[Dataset items]
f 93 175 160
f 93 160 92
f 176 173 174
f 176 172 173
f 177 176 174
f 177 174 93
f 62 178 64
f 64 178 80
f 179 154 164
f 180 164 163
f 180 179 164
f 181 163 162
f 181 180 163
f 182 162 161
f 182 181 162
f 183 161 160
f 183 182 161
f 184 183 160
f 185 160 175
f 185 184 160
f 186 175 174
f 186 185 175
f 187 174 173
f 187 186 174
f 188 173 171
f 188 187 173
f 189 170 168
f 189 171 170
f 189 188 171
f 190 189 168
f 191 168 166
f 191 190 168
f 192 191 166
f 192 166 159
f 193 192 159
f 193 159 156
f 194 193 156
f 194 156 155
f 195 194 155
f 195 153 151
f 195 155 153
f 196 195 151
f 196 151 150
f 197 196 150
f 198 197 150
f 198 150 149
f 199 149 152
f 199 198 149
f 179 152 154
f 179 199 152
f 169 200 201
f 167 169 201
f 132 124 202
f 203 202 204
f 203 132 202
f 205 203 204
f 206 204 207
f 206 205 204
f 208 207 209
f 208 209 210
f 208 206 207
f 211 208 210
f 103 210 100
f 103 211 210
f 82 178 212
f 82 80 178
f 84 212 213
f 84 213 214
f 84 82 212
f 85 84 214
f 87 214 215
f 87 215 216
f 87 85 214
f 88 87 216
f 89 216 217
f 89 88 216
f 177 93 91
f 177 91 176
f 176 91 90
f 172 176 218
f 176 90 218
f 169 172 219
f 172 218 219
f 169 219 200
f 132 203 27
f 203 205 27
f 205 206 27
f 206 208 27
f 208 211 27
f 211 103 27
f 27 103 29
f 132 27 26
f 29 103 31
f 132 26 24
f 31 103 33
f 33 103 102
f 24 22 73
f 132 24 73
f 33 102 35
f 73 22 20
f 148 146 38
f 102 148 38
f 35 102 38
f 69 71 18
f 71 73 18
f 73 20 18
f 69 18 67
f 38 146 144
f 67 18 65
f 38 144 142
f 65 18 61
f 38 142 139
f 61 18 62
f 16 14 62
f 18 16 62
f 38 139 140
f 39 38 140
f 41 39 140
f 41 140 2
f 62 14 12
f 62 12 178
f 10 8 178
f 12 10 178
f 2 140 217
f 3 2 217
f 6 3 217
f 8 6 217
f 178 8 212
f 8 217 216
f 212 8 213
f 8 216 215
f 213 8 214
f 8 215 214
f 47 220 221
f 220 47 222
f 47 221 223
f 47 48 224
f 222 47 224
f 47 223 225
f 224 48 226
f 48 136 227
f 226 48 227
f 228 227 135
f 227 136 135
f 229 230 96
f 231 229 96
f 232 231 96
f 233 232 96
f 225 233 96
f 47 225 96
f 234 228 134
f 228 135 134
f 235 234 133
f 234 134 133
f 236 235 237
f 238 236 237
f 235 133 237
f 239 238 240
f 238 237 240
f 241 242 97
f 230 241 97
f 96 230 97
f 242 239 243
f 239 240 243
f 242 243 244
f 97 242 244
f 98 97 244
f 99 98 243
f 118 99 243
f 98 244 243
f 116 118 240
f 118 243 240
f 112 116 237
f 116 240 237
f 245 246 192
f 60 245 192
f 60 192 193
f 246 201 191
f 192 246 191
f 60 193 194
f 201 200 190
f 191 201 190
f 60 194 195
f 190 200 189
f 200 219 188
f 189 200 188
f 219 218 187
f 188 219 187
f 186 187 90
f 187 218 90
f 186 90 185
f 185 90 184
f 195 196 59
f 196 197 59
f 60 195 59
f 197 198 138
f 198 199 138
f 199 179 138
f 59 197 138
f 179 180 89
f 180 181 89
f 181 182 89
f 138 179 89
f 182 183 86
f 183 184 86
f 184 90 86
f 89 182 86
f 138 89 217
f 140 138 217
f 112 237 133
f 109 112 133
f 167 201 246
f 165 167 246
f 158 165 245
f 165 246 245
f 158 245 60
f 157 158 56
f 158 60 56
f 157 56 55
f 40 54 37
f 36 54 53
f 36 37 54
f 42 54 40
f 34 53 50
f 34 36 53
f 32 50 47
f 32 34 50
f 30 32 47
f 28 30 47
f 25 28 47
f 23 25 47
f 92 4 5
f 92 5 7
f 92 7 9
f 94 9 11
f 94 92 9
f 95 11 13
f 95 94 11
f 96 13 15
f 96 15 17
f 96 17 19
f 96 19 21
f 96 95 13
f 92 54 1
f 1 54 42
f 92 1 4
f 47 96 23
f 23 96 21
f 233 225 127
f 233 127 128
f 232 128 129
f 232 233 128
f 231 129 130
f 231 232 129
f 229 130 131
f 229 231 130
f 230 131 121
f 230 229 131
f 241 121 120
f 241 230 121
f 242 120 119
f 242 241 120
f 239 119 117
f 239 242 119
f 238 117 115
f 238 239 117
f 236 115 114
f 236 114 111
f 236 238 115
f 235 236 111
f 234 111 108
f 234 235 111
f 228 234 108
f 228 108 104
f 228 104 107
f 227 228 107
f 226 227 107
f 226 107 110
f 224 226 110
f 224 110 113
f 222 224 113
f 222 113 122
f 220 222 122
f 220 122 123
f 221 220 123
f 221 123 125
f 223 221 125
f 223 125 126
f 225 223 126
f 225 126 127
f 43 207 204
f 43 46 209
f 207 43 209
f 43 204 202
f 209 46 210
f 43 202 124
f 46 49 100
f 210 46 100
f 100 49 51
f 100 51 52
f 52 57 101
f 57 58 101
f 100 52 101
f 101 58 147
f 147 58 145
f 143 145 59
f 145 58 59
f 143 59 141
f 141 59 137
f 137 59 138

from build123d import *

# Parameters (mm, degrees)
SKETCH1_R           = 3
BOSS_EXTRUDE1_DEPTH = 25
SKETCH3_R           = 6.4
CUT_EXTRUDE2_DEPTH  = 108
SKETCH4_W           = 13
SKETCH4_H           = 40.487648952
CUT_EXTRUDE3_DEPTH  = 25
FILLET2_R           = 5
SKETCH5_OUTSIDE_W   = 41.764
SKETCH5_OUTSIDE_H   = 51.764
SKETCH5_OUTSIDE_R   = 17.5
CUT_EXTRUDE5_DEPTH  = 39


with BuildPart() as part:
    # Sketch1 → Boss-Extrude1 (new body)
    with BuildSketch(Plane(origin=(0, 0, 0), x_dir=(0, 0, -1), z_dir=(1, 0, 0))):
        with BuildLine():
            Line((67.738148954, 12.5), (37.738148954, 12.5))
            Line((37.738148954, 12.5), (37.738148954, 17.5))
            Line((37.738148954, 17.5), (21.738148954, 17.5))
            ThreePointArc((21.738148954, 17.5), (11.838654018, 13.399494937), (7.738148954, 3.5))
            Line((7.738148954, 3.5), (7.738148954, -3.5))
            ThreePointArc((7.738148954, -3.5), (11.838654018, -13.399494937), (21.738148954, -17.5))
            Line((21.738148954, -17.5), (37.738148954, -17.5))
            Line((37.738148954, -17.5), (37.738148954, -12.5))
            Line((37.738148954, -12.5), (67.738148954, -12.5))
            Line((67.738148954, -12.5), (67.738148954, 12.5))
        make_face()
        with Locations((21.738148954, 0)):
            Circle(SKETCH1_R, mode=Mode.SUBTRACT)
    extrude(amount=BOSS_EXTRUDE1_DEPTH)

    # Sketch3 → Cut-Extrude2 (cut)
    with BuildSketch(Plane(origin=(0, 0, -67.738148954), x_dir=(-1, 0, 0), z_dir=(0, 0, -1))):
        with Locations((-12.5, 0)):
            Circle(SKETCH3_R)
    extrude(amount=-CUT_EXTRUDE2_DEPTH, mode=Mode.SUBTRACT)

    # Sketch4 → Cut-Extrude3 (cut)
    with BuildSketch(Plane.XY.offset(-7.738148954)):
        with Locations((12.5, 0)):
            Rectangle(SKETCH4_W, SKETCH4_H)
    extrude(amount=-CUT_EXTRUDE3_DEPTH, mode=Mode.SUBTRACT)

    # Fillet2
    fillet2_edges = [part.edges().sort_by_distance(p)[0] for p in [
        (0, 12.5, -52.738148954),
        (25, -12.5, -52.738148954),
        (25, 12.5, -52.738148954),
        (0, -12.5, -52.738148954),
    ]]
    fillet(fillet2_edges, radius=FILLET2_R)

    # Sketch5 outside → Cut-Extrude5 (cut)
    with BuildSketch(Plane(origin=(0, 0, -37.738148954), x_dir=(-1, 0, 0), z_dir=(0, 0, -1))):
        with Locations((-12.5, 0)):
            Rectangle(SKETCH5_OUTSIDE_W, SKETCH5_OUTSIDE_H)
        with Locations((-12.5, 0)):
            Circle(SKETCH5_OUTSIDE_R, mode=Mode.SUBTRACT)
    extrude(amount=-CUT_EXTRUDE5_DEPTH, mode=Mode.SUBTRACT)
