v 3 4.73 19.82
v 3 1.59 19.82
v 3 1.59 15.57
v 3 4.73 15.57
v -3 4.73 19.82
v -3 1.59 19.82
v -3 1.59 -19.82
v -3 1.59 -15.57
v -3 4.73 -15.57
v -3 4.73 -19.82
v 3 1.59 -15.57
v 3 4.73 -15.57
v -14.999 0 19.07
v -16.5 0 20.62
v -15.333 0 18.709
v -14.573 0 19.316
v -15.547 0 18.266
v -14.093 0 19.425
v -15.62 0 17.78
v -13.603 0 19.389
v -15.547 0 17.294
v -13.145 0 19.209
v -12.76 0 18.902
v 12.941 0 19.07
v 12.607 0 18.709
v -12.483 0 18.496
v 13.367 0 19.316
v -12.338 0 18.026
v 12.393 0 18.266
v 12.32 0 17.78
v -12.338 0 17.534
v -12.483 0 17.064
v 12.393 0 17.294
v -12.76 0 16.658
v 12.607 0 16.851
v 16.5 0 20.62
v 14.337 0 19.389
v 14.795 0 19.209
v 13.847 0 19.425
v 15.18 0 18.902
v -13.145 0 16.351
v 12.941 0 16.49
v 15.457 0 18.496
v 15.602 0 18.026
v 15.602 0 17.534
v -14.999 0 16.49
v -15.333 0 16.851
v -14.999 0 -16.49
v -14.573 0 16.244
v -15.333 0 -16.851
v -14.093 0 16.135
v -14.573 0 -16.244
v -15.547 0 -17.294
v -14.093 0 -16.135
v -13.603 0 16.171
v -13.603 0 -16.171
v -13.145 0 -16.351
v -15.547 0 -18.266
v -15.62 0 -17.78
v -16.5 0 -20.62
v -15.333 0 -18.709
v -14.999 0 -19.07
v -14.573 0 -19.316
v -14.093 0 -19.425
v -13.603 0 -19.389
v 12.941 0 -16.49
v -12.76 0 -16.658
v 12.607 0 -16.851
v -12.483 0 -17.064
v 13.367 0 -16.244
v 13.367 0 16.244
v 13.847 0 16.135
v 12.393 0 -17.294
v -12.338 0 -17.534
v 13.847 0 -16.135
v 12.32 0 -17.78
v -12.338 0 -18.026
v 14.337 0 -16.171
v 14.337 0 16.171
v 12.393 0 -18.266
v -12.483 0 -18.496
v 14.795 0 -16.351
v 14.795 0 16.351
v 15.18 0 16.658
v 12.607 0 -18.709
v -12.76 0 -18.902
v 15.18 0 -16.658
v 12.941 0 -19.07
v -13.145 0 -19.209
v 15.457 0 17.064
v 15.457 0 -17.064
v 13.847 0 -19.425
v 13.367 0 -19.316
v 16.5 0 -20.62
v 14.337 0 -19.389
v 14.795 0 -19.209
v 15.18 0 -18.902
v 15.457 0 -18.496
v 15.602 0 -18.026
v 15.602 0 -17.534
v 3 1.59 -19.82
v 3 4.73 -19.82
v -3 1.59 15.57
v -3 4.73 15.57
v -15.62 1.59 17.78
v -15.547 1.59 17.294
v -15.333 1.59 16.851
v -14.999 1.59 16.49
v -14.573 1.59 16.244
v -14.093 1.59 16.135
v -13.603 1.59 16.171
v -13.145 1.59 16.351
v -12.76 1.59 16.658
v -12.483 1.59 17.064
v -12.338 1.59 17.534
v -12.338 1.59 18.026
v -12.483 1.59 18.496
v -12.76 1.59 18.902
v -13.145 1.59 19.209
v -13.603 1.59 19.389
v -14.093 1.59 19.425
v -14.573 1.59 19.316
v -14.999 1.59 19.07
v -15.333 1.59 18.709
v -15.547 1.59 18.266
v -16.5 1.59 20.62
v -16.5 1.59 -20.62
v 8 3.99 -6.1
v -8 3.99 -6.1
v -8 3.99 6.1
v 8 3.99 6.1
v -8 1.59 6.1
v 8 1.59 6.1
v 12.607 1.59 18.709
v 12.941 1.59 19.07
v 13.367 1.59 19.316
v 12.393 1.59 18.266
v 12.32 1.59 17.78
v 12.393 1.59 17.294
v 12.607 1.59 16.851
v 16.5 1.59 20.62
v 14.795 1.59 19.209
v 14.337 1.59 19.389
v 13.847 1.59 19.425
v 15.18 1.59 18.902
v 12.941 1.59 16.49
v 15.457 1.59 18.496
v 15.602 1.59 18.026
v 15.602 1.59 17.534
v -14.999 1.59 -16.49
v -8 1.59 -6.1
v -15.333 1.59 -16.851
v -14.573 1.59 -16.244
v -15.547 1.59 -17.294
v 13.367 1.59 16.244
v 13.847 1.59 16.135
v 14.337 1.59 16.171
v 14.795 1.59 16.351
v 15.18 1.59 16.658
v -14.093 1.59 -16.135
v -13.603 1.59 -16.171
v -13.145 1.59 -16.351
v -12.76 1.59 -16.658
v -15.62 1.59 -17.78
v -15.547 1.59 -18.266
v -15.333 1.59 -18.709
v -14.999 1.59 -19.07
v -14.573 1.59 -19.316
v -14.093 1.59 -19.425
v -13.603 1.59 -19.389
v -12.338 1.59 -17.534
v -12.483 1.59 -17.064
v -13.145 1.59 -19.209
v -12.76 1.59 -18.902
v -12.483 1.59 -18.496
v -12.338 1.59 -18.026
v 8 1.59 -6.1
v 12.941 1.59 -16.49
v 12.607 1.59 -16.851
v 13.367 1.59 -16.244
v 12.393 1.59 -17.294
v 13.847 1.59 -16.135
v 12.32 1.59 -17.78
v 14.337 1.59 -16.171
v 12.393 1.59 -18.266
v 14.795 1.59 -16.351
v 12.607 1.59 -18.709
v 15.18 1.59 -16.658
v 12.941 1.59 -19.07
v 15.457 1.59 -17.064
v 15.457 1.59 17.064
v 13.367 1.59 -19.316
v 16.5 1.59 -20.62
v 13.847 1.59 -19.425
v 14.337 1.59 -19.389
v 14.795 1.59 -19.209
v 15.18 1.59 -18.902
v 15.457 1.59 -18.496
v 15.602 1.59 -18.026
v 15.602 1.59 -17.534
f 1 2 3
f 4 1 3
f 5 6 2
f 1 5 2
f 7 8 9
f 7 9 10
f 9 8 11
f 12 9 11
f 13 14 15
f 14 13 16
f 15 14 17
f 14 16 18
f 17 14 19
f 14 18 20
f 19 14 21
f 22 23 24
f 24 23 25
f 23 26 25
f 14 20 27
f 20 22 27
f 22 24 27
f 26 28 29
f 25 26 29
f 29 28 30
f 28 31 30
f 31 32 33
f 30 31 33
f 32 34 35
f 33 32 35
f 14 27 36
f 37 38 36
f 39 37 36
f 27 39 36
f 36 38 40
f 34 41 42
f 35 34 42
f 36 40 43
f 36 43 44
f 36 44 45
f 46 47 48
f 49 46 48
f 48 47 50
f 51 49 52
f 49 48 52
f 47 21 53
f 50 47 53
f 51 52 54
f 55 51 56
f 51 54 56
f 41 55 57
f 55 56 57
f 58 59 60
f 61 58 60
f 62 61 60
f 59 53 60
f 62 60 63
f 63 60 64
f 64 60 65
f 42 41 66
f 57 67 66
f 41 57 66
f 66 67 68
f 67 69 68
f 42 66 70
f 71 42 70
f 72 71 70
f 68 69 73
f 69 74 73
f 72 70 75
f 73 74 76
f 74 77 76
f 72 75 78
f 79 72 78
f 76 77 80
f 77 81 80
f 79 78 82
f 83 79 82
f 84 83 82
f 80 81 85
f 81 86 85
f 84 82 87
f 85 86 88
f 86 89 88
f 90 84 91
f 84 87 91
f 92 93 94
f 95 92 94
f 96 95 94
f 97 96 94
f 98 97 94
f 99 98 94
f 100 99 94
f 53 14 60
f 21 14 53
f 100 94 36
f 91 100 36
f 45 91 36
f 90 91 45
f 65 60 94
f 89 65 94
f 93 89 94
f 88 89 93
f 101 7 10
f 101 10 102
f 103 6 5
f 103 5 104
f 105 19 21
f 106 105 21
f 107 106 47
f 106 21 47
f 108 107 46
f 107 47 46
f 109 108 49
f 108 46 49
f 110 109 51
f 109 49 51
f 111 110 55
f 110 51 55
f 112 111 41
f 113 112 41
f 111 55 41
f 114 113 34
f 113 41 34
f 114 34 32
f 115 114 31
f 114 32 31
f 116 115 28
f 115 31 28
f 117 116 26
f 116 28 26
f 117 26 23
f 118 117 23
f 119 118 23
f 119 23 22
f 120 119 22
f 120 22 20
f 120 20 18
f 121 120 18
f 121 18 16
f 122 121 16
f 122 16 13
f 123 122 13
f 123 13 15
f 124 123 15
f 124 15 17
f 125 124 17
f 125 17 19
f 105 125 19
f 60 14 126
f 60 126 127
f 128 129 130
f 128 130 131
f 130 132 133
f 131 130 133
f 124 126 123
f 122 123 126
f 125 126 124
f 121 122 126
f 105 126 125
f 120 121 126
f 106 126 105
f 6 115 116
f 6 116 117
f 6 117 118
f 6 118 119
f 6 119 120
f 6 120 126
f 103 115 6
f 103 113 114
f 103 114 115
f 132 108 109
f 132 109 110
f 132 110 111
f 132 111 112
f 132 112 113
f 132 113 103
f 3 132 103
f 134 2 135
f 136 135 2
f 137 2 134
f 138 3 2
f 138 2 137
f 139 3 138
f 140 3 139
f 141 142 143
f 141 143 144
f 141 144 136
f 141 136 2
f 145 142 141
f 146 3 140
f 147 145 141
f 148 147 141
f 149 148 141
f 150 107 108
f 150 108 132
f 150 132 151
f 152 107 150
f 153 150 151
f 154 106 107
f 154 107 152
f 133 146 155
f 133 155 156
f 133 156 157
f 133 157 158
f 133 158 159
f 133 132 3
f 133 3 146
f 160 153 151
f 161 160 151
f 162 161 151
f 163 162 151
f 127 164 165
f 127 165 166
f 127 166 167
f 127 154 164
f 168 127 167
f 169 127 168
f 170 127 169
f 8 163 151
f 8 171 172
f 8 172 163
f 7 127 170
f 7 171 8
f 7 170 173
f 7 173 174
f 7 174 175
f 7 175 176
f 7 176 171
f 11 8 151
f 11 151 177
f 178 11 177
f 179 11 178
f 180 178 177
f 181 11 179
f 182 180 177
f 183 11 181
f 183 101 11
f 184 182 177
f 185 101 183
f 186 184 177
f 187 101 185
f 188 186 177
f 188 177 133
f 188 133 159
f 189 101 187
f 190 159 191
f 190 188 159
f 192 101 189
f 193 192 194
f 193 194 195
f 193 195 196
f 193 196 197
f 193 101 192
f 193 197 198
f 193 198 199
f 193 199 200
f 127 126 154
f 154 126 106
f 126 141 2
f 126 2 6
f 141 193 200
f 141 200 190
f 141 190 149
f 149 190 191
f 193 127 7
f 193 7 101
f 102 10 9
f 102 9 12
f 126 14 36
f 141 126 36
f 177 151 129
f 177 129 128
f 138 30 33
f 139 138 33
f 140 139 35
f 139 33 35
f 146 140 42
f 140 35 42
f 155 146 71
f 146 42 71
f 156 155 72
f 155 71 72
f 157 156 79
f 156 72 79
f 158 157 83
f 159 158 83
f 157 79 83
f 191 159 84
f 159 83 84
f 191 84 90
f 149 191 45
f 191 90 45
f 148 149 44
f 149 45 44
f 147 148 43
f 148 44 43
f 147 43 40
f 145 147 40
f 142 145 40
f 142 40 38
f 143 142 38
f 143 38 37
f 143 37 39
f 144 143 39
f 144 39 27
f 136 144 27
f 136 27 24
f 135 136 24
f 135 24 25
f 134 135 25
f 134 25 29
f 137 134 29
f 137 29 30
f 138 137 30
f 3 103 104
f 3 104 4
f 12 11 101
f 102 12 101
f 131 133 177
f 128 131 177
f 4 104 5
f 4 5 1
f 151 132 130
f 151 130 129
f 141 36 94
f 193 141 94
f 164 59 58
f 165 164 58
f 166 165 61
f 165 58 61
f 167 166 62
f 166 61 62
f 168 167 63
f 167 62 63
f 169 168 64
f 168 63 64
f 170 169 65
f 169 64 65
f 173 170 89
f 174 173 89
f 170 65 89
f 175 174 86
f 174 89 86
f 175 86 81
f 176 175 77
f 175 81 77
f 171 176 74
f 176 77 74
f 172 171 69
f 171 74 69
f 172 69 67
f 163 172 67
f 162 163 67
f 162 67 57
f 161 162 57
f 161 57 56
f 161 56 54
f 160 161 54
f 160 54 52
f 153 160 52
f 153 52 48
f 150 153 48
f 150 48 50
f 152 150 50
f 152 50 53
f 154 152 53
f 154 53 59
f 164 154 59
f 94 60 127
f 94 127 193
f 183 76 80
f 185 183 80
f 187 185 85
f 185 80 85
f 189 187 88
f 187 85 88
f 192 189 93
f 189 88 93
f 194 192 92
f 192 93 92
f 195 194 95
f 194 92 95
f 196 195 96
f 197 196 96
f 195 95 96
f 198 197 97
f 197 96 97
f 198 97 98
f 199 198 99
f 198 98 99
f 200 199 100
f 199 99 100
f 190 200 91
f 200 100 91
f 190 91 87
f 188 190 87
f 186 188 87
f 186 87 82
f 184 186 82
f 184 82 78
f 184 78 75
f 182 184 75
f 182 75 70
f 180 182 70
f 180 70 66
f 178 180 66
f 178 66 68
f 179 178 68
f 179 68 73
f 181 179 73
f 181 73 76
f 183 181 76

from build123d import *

# Parameters (mm, degrees)
SKETCH1_W            = 33
SKETCH1_H            = 41.24
BOSS_EXTRUDE1_DEPTH  = 1.59
M3_CLEARANCE_HOLE1_D = 3.3
SKETCH6_W            = 16
SKETCH6_H            = 12.2
M8P_DEPTH            = 2.4
SKETCH7_W            = 6
SKETCH7_H            = 4.25
I2C_CONNECTORS_DEPTH = 3.14


with BuildPart() as part:
    # Sketch1 → Boss-Extrude1 (new body)
    with BuildSketch(Plane(origin=(0, 0, 0), x_dir=(1, 0, 0), z_dir=(0, 1, 0))):
        Rectangle(SKETCH1_W, SKETCH1_H)
    extrude(amount=BOSS_EXTRUDE1_DEPTH)

    # M3 Clearance Hole1 (through all)
    with Locations(Plane(origin=(0, 1.59, 0), x_dir=(1, 0, 0), z_dir=(0, 1, 0))):
        with Locations((-13.97, 17.78), (13.97, 17.78), (13.97, -17.78), (-13.97, -17.78)):
            Hole(M3_CLEARANCE_HOLE1_D / 2)

    # Sketch6 → M8P (add)
    with BuildSketch(Plane(origin=(0, 1.59, 0), x_dir=(1, 0, 0), z_dir=(0, 1, 0))):
        Rectangle(SKETCH6_W, SKETCH6_H)
    extrude(amount=M8P_DEPTH)

    # Sketch7 → I2C connectors (add)
    with BuildSketch(Plane(origin=(0, 1.59, 0), x_dir=(1, 0, 0), z_dir=(0, 1, 0))):
        with Locations((0, -17.695)):
            Rectangle(SKETCH7_W, SKETCH7_H)
        with Locations((0, 17.695)):
            Rectangle(SKETCH7_W, SKETCH7_H)
    extrude(amount=I2C_CONNECTORS_DEPTH)


solid = part.part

▸ **WHAT TO PRODUCE**:
Output the lines above exactly, but only those between the line holding "f 132 112 113" and the line holding "f 147 43 40", inclusive.

▸ **PROBLEM SOLUTION**:
f 132 112 113
f 132 113 103
f 3 132 103
f 134 2 135
f 136 135 2
f 137 2 134
f 138 3 2
f 138 2 137
f 139 3 138
f 140 3 139
f 141 142 143
f 141 143 144
f 141 144 136
f 141 136 2
f 145 142 141
f 146 3 140
f 147 145 141
f 148 147 141
f 149 148 141
f 150 107 108
f 150 108 132
f 150 132 151
f 152 107 150
f 153 150 151
f 154 106 107
f 154 107 152
f 133 146 155
f 133 155 156
f 133 156 157
f 133 157 158
f 133 158 159
f 133 132 3
f 133 3 146
f 160 153 151
f 161 160 151
f 162 161 151
f 163 162 151
f 127 164 165
f 127 165 166
f 127 166 167
f 127 154 164
f 168 127 167
f 169 127 168
f 170 127 169
f 8 163 151
f 8 171 172
f 8 172 163
f 7 127 170
f 7 171 8
f 7 170 173
f 7 173 174
f 7 174 175
f 7 175 176
f 7 176 171
f 11 8 151
f 11 151 177
f 178 11 177
f 179 11 178
f 180 178 177
f 181 11 179
f 182 180 177
f 183 11 181
f 183 101 11
f 184 182 177
f 185 101 183
f 186 184 177
f 187 101 185
f 188 186 177
f 188 177 133
f 188 133 159
f 189 101 187
f 190 159 191
f 190 188 159
f 192 101 189
f 193 192 194
f 193 194 195
f 193 195 196
f 193 196 197
f 193 101 192
f 193 197 198
f 193 198 199
f 193 199 200
f 127 126 154
f 154 126 106
f 126 141 2
f 126 2 6
f 141 193 200
f 141 200 190
f 141 190 149
f 149 190 191
f 193 127 7
f 193 7 101
f 102 10 9
f 102 9 12
f 126 14 36
f 141 126 36
f 177 151 129
f 177 129 128
f 138 30 33
f 139 138 33
f 140 139 35
f 139 33 35
f 146 140 42
f 140 35 42
f 155 146 71
f 146 42 71
f 156 155 72
f 155 71 72
f 157 156 79
f 156 72 79
f 158 157 83
f 159 158 83
f 157 79 83
f 191 159 84
f 159 83 84
f 191 84 90
f 149 191 45
f 191 90 45
f 148 149 44
f 149 45 44
f 147 148 43
f 148 44 43
f 147 43 40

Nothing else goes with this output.